1) Do you remember the baseline discussion in the lecture? You can import the code and test it here.

2) Sanity check, how does our network perform before training (use `.evaluate` on `partial_x_train, partial_y_train`). Is the accuracy a value you would expect?

### Training

In [None]:
history = model.fit(
    partial_x_train,
    partial_y_train,
    epochs=20,
    batch_size=512,
    validation_data=(x_val,y_val)
)

### Visualise your results

Import `matplotlib` code to visualise the result of your experiments (from lab 3 or the lectures).

Can you think of ways to make the code easy to reuse (when running several experiments)?

As usual, we are after the epoch where best *validation* result (accuracy) has been achieved. Can you think of a way to retrieve that optimal epoch programmatically?

### Experiments

- Plot training and validation loss and accuracy. Can you spot the optimal epoch (where the best *validation accuracy* has been achieved)?
- Deliberately cause an information bottleneck by building a 64-4-46 network.
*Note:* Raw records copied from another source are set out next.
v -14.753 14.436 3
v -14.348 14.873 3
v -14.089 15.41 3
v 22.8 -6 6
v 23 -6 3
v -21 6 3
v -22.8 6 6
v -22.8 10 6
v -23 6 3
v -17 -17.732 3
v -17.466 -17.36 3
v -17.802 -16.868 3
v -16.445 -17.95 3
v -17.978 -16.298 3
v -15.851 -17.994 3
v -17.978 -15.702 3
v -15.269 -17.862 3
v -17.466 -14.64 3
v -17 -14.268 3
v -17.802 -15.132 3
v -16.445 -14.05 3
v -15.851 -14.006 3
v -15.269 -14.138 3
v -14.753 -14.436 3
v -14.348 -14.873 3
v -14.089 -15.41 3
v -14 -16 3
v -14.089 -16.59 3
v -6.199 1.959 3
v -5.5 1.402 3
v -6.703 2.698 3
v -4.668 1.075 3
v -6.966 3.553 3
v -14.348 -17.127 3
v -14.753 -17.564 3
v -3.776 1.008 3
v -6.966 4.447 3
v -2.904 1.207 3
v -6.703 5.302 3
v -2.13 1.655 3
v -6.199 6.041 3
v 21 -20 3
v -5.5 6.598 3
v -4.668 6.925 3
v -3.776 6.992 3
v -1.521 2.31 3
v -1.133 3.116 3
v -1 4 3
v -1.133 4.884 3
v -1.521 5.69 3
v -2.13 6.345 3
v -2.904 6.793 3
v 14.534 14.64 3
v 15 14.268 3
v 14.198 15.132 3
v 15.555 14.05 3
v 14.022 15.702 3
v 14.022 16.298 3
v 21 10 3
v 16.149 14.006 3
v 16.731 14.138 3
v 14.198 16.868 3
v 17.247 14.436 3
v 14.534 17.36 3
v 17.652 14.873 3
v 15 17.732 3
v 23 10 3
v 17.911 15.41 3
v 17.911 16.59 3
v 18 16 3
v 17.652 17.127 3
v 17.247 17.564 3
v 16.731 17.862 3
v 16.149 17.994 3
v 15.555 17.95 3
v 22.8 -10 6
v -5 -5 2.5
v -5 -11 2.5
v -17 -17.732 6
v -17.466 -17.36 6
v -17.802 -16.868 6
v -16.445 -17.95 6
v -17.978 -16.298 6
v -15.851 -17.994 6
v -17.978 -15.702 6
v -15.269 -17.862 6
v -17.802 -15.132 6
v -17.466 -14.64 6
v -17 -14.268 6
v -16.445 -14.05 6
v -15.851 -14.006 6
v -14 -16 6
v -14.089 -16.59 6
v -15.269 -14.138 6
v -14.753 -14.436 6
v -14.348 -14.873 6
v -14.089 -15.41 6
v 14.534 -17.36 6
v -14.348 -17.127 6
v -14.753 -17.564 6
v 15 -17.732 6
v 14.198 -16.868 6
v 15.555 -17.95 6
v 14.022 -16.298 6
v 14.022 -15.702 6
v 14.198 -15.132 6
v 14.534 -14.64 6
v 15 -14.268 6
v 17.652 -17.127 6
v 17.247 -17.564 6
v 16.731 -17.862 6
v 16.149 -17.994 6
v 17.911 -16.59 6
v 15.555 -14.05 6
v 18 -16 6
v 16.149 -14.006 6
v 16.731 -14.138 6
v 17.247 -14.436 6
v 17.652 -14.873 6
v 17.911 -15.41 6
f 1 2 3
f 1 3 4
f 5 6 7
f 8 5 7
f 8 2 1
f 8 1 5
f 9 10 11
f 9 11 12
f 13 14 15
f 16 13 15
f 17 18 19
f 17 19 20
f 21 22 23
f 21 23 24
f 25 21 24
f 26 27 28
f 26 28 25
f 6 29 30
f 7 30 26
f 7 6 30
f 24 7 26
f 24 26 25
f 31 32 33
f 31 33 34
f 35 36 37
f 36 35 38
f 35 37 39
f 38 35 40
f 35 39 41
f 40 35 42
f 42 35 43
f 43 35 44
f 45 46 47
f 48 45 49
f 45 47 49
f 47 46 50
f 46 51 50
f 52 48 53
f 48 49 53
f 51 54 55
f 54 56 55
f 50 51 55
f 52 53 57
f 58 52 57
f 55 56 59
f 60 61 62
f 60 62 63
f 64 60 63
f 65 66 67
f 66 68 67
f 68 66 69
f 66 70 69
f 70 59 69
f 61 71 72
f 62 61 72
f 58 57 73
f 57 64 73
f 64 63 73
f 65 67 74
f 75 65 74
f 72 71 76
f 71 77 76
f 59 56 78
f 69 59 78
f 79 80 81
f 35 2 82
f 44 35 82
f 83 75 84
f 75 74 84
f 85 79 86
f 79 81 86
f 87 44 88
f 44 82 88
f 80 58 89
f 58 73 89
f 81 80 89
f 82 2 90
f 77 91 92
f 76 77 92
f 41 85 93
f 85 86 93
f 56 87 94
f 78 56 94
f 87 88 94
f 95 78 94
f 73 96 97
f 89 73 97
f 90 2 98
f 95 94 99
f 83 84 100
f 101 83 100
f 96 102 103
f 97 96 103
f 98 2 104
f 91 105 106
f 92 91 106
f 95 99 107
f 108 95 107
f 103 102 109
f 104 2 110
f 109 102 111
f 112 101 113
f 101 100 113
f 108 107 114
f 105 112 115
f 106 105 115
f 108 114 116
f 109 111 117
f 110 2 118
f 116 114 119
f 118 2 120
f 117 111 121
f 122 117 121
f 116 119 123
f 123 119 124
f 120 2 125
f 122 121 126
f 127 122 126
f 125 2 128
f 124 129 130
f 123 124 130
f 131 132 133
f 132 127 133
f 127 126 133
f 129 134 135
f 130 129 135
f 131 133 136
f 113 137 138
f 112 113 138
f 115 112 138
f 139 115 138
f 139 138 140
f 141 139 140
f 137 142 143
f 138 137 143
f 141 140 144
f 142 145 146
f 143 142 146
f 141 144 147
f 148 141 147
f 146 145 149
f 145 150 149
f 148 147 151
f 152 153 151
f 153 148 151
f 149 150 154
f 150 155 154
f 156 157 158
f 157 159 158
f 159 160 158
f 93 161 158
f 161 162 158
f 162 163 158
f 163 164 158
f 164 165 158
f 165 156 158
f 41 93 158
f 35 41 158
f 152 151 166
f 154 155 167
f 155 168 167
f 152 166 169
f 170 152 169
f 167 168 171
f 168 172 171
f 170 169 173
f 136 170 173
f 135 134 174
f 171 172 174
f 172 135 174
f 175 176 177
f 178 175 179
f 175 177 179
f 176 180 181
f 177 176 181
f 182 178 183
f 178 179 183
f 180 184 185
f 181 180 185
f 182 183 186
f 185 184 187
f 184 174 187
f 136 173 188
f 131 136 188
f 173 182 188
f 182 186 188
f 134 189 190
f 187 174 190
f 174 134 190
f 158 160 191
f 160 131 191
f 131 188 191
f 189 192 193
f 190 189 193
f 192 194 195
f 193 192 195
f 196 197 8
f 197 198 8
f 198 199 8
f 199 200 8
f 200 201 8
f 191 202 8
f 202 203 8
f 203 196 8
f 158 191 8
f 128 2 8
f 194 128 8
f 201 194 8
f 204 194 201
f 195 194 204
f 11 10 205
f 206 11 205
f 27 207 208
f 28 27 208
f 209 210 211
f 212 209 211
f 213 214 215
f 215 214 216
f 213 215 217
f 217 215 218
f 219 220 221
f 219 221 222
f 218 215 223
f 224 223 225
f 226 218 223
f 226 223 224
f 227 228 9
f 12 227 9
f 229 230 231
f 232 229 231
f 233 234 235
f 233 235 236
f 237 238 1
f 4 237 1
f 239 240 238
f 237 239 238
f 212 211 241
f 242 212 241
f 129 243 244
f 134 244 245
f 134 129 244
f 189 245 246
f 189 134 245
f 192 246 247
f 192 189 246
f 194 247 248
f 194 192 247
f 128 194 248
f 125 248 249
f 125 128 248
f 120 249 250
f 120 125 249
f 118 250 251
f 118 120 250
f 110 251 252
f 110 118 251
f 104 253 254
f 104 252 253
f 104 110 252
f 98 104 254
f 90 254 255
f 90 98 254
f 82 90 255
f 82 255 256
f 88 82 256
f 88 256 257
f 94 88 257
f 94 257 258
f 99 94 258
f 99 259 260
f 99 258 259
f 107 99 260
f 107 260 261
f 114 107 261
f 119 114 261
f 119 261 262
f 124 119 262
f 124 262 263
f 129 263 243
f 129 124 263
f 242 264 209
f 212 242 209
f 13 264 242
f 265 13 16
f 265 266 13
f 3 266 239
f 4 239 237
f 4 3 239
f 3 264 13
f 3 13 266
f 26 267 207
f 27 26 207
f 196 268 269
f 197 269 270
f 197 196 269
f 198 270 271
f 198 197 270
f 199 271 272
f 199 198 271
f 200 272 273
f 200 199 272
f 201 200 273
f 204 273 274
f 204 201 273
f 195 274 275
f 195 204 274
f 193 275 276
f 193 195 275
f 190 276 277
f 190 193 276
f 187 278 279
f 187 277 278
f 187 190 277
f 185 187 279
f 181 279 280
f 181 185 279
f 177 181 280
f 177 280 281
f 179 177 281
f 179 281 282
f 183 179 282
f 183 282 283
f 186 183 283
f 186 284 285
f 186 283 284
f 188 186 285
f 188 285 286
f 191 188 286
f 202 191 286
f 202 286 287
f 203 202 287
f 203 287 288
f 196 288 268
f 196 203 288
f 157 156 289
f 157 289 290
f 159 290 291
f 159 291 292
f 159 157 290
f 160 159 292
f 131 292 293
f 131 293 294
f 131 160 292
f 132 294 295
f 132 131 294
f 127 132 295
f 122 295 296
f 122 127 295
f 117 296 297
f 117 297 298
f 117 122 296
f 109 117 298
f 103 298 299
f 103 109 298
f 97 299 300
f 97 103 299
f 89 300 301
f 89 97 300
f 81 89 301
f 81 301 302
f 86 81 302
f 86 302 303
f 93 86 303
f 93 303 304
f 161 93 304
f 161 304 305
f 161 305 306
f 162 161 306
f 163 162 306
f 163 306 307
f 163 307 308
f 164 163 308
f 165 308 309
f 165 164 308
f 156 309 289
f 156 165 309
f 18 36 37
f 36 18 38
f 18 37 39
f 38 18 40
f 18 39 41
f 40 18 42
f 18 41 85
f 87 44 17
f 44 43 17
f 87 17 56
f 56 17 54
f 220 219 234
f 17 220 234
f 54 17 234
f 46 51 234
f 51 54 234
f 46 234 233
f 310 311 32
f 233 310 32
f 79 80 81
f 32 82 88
Compare the validation accuracy with a 64-64-46 network;
- Try using larger layers – 128 units and smaller layers – 32 units;
- Try less and more hidden layers;
- Tabulate your results / organise your experiments as much as you can.

## 2. Conclusion

Take your best network and train on **all the training data** (`x_train`, `one_hot_train_labels`), without a train/validation split, using the same hyperparameters (optimizer, learning rate, network size, etc.) as your best run, for the optimal number of epochs (looking at your best validation curves).

Evaluate this last model on the test set (`x_test, one_hot_test_labels`).

### Use your model (optional) 

Can you import the lecture code used to test the model on a newswire, and see if you agree with its prediction?

AS shown in the lecture, the 46 topics are:
```python
# https://github.com/keras-team/keras/issues/12072
# and here: https://martin-thoma.com/nlp-reuters/
topics = [
    'cocoa','grain','veg-oil','earn','acq','wheat','copper','housing','money-supply',
    'coffee','sugar','trade','reserves','ship','cotton','carcass','crude','nat-gas',
    'cpi','money-fx','interest','gnp','meal-feed','alum','oilseed','gold','tin',
    'strategic-metal','livestock','retail','ipi','iron-steel','rubber','heat','jobs',
    'lei','bop','zinc','orange','pet-chem','dlr','gas','silver','wpi','hog','lead'
]
```

### Save and load models

To save and load models locally, you can use [the high-level API](https://www.tensorflow.org/tutorials/keras/save_and_load):
```python
model.save("my_reuters_model.keras")
```
Later one, to reload it, use:
```python
reloaded_model = tf.keras.models.load_model('my_reuters_model.keras')
```

It is also possible to save not just the model, but also the state of your optimiser, and every variable used during training, using the more involved [checkpoints](https://www.tensorflow.org/guide/checkpoint#create_the_checkpoint_objects).

## 3. Additional experiments

- Like in the IMDB dataset, one parameter you could study is the influence on the vocabulary size on the final results: you might then want to store the vocab size in a variable, and use that instead of the hard-coded `10000` that we have.
- Another line of enquiry is the study of the behaviour of your trained model:
  - Are you able to modify existing reviews in a way that changes the initial prediction of your model? (One 'automated' way of doing that would be to remove a certain number of words from the review, and see how performance is impacted by that information loss.)
  - Are you able to create a pipeline where you write your own review, or find one online, transform it into the appropriate format (remove punctuation, turn everything to lower case, convert to an array of integers using the dictionary yielded by `tf.keras.datasets.imdb.get_word_index()` (beware of the shift by 3 induced by the reserved tokens for padding, start of sequence and unknown!), and see what prediction you get for it?